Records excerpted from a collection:

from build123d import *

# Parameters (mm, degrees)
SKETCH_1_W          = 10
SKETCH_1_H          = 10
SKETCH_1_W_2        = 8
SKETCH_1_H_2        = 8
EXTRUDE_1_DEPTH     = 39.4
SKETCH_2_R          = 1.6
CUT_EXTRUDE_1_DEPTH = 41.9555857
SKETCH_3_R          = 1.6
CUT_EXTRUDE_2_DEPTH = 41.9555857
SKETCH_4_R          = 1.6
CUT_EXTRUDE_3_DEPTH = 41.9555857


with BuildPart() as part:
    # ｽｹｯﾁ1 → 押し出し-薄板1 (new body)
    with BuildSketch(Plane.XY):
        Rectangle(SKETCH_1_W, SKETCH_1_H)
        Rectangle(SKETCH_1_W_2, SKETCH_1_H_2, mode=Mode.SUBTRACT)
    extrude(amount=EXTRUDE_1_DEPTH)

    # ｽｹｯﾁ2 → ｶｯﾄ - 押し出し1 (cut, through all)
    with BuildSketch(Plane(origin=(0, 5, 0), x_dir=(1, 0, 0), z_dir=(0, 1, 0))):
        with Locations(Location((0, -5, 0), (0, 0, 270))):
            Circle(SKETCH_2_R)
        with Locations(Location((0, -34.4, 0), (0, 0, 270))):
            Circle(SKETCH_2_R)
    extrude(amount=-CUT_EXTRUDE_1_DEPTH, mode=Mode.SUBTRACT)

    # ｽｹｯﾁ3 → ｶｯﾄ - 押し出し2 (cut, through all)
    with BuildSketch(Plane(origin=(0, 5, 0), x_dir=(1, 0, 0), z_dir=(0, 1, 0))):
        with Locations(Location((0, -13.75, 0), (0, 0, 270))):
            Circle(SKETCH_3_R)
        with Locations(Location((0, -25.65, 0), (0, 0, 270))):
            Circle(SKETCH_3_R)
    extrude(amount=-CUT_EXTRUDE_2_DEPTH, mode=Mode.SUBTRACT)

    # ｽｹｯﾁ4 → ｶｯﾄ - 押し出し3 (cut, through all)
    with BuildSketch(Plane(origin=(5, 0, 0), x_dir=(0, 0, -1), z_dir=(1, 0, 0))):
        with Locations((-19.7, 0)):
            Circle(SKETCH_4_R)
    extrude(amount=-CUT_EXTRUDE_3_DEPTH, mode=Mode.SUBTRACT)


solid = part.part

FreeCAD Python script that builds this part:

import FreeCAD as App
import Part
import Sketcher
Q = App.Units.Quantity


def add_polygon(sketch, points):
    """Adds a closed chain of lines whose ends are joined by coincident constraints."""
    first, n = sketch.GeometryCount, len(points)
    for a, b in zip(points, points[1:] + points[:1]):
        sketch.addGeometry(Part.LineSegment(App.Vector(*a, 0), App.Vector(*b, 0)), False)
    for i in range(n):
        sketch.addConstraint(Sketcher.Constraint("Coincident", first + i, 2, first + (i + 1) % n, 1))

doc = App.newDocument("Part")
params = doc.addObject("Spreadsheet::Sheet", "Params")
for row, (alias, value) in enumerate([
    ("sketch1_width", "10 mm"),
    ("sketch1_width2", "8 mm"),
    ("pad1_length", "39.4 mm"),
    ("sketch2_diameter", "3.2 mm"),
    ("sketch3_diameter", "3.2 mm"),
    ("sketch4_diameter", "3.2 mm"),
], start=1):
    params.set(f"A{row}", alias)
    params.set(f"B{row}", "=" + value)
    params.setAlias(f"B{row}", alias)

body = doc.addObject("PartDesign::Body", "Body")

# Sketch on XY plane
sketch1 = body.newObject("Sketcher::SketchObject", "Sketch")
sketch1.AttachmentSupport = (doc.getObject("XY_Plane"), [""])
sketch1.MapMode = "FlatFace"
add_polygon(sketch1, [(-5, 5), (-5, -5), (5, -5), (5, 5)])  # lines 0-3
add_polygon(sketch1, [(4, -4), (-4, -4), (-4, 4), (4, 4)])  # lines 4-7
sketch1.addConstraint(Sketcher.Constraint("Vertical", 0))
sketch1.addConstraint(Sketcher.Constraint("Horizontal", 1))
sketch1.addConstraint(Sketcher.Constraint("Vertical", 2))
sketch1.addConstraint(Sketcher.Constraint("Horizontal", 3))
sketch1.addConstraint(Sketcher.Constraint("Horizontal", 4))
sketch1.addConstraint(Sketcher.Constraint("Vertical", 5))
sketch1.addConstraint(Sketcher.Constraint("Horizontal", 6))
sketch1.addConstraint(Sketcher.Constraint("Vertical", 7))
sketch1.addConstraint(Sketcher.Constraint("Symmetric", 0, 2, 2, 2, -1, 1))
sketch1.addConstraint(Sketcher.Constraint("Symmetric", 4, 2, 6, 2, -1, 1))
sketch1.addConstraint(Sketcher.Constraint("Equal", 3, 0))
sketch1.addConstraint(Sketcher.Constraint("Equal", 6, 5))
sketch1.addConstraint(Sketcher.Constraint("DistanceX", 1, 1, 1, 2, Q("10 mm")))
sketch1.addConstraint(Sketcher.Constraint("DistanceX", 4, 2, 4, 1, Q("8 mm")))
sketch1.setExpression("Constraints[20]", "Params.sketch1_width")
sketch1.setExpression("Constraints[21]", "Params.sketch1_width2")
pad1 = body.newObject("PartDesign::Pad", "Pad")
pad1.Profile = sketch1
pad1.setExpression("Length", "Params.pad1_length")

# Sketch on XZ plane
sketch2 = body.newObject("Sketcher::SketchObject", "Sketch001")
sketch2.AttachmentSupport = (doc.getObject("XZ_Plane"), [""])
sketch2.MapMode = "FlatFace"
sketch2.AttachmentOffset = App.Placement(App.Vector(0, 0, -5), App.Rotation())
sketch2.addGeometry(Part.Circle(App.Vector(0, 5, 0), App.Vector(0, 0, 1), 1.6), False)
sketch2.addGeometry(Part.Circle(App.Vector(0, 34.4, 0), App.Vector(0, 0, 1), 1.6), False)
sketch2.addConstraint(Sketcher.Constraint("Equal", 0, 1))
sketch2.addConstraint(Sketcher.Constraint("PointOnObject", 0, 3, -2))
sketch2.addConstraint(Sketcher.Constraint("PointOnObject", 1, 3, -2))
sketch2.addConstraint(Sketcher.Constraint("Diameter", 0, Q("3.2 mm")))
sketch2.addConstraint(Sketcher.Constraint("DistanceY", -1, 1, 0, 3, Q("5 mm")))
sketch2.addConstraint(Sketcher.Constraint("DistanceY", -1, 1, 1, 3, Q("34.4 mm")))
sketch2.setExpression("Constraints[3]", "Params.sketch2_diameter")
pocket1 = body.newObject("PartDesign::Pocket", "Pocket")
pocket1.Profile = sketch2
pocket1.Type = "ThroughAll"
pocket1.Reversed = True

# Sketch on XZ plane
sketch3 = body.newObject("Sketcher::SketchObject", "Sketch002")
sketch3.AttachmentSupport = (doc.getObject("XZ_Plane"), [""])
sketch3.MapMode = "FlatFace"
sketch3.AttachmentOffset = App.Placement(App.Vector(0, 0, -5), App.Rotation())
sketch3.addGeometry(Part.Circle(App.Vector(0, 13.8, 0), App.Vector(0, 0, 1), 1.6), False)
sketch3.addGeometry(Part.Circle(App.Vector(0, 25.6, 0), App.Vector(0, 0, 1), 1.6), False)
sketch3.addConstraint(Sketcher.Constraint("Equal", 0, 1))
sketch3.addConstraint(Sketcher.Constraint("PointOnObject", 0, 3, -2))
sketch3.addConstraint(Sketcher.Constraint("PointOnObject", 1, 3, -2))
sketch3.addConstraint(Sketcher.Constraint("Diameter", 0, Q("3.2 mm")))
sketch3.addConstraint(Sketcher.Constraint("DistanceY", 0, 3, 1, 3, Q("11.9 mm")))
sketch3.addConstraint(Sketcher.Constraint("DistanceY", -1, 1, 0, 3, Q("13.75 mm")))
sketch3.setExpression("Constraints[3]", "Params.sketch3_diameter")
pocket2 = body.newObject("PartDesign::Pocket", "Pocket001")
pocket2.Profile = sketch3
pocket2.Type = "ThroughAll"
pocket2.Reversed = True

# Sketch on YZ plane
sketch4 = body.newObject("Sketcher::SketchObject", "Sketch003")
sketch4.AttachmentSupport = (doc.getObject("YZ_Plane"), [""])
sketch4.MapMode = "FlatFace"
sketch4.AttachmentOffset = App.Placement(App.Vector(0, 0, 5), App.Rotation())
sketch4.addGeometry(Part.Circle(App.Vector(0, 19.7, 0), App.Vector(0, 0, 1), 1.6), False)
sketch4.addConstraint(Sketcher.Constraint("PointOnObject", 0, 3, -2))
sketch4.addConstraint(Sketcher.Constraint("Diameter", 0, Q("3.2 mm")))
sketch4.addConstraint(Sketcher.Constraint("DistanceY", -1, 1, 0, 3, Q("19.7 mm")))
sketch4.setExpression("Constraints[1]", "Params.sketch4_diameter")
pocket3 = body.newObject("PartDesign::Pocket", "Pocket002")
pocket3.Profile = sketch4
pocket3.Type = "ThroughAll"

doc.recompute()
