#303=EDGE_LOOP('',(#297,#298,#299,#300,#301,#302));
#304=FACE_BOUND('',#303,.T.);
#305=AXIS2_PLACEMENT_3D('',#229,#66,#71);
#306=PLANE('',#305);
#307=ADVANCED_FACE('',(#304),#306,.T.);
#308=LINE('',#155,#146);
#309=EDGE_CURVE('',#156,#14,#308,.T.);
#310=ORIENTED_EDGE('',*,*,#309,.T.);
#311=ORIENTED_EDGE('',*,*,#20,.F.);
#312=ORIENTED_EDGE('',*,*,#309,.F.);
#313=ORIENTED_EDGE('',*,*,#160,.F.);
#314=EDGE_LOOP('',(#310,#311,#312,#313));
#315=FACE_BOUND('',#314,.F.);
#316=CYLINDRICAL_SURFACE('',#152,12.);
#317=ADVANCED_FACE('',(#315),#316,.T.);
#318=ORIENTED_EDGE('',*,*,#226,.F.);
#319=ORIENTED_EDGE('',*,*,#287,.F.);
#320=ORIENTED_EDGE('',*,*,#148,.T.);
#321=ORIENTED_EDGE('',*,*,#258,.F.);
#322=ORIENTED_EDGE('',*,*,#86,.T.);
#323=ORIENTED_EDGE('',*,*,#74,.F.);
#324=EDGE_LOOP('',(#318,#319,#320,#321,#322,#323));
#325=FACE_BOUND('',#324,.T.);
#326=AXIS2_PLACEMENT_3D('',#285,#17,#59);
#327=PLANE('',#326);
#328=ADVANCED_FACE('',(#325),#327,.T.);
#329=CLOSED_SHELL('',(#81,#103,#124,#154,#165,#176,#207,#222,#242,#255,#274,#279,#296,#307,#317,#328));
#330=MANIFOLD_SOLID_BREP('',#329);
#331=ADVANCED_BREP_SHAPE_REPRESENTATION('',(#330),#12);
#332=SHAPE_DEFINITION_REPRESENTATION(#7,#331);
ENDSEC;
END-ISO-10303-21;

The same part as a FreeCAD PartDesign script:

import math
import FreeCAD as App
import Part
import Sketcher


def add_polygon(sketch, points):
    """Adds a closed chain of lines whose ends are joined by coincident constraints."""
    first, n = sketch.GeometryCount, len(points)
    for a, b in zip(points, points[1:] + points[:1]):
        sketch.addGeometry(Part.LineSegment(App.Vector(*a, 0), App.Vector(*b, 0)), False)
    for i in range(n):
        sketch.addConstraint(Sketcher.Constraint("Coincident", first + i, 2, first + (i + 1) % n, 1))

* Exercise prompt: Copy out, word for word, the part of the entries above that begins at the line with "extrude(amount=-CUT_EXTRUDE_2_DEPTH, mode=Mode.SUBTRACT)" and ends at the line with "FreeCAD Python script", including both.

* Problem solution:
    extrude(amount=-CUT_EXTRUDE_2_DEPTH, mode=Mode.SUBTRACT)

    # ｽｹｯﾁ4 → ｶｯﾄ - 押し出し3 (cut, through all)
    with BuildSketch(Plane(origin=(5, 0, 0), x_dir=(0, 0, -1), z_dir=(1, 0, 0))):
        with Locations((-19.7, 0)):
            Circle(SKETCH_4_R)
    extrude(amount=-CUT_EXTRUDE_3_DEPTH, mode=Mode.SUBTRACT)


solid = part.part

FreeCAD Python script that builds this part:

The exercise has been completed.